→ **Given entries**

__________________________________________________

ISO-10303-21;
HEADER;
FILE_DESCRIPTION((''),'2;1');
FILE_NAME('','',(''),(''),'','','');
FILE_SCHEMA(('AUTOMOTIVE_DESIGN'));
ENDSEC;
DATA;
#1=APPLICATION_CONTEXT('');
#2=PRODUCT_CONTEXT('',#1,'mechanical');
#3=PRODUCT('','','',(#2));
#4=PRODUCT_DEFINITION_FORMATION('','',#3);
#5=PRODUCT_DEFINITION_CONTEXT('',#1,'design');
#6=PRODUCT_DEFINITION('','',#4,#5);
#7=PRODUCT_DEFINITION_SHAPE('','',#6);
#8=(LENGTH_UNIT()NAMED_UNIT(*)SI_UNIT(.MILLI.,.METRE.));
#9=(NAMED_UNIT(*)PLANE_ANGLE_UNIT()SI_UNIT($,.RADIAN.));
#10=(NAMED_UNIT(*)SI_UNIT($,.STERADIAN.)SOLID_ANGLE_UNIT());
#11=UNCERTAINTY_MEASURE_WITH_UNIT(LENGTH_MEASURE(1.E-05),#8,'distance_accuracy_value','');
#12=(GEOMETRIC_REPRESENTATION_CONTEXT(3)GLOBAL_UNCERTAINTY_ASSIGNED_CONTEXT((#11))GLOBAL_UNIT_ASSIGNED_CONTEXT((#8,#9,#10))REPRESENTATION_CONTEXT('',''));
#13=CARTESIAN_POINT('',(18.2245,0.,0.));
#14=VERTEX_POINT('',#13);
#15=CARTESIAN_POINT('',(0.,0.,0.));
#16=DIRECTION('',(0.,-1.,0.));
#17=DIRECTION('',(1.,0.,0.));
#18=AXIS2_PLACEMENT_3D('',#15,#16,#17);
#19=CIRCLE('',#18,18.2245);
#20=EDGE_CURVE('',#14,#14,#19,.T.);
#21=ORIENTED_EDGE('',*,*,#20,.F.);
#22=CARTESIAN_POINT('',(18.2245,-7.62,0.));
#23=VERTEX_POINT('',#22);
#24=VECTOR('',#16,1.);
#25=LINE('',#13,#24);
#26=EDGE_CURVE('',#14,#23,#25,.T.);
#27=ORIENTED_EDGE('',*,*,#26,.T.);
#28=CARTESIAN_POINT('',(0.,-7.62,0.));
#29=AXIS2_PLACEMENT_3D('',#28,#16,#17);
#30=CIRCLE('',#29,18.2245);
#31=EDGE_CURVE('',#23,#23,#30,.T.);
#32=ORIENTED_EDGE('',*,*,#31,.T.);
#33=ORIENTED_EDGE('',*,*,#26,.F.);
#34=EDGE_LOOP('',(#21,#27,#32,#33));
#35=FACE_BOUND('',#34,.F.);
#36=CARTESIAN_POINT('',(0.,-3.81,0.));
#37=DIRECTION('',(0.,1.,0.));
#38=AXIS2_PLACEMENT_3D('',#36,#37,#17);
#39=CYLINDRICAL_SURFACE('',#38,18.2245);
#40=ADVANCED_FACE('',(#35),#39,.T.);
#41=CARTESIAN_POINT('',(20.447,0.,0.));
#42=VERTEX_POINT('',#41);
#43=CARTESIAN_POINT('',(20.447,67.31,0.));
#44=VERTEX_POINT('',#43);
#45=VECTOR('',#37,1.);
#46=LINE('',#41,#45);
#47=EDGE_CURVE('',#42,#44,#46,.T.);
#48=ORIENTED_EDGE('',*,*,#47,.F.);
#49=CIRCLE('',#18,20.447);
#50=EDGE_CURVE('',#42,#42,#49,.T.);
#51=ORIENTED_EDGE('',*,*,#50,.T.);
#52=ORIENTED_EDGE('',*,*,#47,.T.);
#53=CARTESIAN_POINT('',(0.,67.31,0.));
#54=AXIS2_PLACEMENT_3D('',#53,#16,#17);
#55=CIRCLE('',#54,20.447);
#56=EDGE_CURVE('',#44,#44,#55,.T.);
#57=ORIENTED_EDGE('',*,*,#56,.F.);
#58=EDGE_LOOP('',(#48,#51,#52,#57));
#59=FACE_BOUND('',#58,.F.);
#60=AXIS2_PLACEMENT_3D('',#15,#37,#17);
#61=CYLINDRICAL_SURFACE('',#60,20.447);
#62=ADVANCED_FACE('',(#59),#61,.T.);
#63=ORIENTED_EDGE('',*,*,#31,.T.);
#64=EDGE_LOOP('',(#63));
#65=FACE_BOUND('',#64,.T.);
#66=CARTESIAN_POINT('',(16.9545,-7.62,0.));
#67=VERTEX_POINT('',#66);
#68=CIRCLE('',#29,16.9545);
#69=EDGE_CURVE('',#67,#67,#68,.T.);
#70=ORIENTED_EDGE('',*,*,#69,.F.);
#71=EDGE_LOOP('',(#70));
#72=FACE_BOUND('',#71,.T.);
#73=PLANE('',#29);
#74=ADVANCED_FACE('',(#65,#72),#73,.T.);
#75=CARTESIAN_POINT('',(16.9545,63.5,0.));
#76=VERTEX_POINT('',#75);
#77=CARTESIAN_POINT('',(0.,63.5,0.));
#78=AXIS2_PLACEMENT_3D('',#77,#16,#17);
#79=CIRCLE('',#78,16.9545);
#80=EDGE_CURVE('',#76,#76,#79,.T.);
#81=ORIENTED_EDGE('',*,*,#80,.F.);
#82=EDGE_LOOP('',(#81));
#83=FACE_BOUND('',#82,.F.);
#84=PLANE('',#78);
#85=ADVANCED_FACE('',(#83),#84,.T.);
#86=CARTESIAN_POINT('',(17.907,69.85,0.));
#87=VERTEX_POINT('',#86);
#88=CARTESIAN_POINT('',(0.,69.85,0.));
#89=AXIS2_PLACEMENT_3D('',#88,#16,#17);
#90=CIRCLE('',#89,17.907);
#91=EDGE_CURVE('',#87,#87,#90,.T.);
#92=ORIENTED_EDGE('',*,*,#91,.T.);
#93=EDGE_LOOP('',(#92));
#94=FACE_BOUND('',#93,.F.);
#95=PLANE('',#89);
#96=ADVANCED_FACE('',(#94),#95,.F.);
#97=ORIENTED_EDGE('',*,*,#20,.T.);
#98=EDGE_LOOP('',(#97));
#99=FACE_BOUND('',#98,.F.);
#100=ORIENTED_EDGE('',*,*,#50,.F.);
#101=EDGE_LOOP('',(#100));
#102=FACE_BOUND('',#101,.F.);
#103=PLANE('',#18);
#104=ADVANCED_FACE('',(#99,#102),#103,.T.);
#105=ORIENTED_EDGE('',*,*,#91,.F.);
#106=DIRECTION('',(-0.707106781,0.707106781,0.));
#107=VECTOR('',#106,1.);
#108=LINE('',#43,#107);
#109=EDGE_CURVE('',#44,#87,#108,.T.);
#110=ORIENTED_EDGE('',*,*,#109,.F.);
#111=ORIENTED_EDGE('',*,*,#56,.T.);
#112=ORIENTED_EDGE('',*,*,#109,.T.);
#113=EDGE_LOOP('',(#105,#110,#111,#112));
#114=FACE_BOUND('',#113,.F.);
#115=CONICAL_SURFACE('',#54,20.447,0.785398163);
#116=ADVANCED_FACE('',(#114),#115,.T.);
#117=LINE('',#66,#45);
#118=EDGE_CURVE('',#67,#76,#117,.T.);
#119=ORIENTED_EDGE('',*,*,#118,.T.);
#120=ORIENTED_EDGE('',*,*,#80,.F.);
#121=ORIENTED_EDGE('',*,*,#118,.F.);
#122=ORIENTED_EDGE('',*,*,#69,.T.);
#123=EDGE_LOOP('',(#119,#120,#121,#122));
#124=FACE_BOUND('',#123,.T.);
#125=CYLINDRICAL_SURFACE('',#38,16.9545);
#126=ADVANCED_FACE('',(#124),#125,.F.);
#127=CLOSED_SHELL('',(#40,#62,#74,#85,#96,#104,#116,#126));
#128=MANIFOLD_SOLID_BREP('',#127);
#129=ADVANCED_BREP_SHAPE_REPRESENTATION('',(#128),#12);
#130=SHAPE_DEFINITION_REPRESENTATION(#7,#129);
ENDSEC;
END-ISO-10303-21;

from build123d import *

# Parameters (mm, degrees)
CHAMFER1_SIZE       = 2.54
SKETCH6_R           = 18.2245
SKETCH6_R_2         = 16.9545
BOSS_EXTRUDE2_DEPTH = 3.81


with BuildPart() as part:
    # Sketch2 → Revolve1 (revolve)
    with BuildSketch(Plane.XY):
        Polygon((20.447, 0), (20.447, 69.85), (0, 69.85), (0, 63.5), (16.9545, 63.5), (16.9545, -3.81), (18.2245, -3.81), (18.2245, 0), align=None)
    revolve(axis=Axis((0, 86.868, 0), (0, -1, 0)))

    # Chamfer1
    chamfer1_edges = [part.edges().sort_by_distance(p)[0] for p in [
        (-20.447, 69.85, 0),
    ]]
    chamfer(chamfer1_edges, length=CHAMFER1_SIZE)

    # Sketch6 → Boss-Extrude2 (add)
    with BuildSketch(Plane.XZ.offset(3.81)):
        Circle(SKETCH6_R)
        Circle(SKETCH6_R_2, mode=Mode.SUBTRACT)
    extrude(amount=BOSS_EXTRUDE2_DEPTH)


solid = part.part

__________________________________________________

→ **Exercise description**
Once you find the line with "#85=ADVANCED_FACE('',(#83),#84,.T.);" above, print it and every line after it up to and including the line with "#123=EDGE_LOOP('',(#119,#120,#121,#122));", exactly as written and nothing else.

→ **Answer space**
#85=ADVANCED_FACE('',(#83),#84,.T.);
#86=CARTESIAN_POINT('',(17.907,69.85,0.));
#87=VERTEX_POINT('',#86);
#88=CARTESIAN_POINT('',(0.,69.85,0.));
#89=AXIS2_PLACEMENT_3D('',#88,#16,#17);
#90=CIRCLE('',#89,17.907);
#91=EDGE_CURVE('',#87,#87,#90,.T.);
#92=ORIENTED_EDGE('',*,*,#91,.T.);
#93=EDGE_LOOP('',(#92));
#94=FACE_BOUND('',#93,.F.);
#95=PLANE('',#89);
#96=ADVANCED_FACE('',(#94),#95,.F.);
#97=ORIENTED_EDGE('',*,*,#20,.T.);
#98=EDGE_LOOP('',(#97));
#99=FACE_BOUND('',#98,.F.);
#100=ORIENTED_EDGE('',*,*,#50,.F.);
#101=EDGE_LOOP('',(#100));
#102=FACE_BOUND('',#101,.F.);
#103=PLANE('',#18);
#104=ADVANCED_FACE('',(#99,#102),#103,.T.);
#105=ORIENTED_EDGE('',*,*,#91,.F.);
#106=DIRECTION('',(-0.707106781,0.707106781,0.));
#107=VECTOR('',#106,1.);
#108=LINE('',#43,#107);
#109=EDGE_CURVE('',#44,#87,#108,.T.);
#110=ORIENTED_EDGE('',*,*,#109,.F.);
#111=ORIENTED_EDGE('',*,*,#56,.T.);
#112=ORIENTED_EDGE('',*,*,#109,.T.);
#113=EDGE_LOOP('',(#105,#110,#111,#112));
#114=FACE_BOUND('',#113,.F.);
#115=CONICAL_SURFACE('',#54,20.447,0.785398163);
#116=ADVANCED_FACE('',(#114),#115,.T.);
#117=LINE('',#66,#45);
#118=EDGE_CURVE('',#67,#76,#117,.T.);
#119=ORIENTED_EDGE('',*,*,#118,.T.);
#120=ORIENTED_EDGE('',*,*,#80,.F.);
#121=ORIENTED_EDGE('',*,*,#118,.F.);
#122=ORIENTED_EDGE('',*,*,#69,.T.);
#123=EDGE_LOOP('',(#119,#120,#121,#122));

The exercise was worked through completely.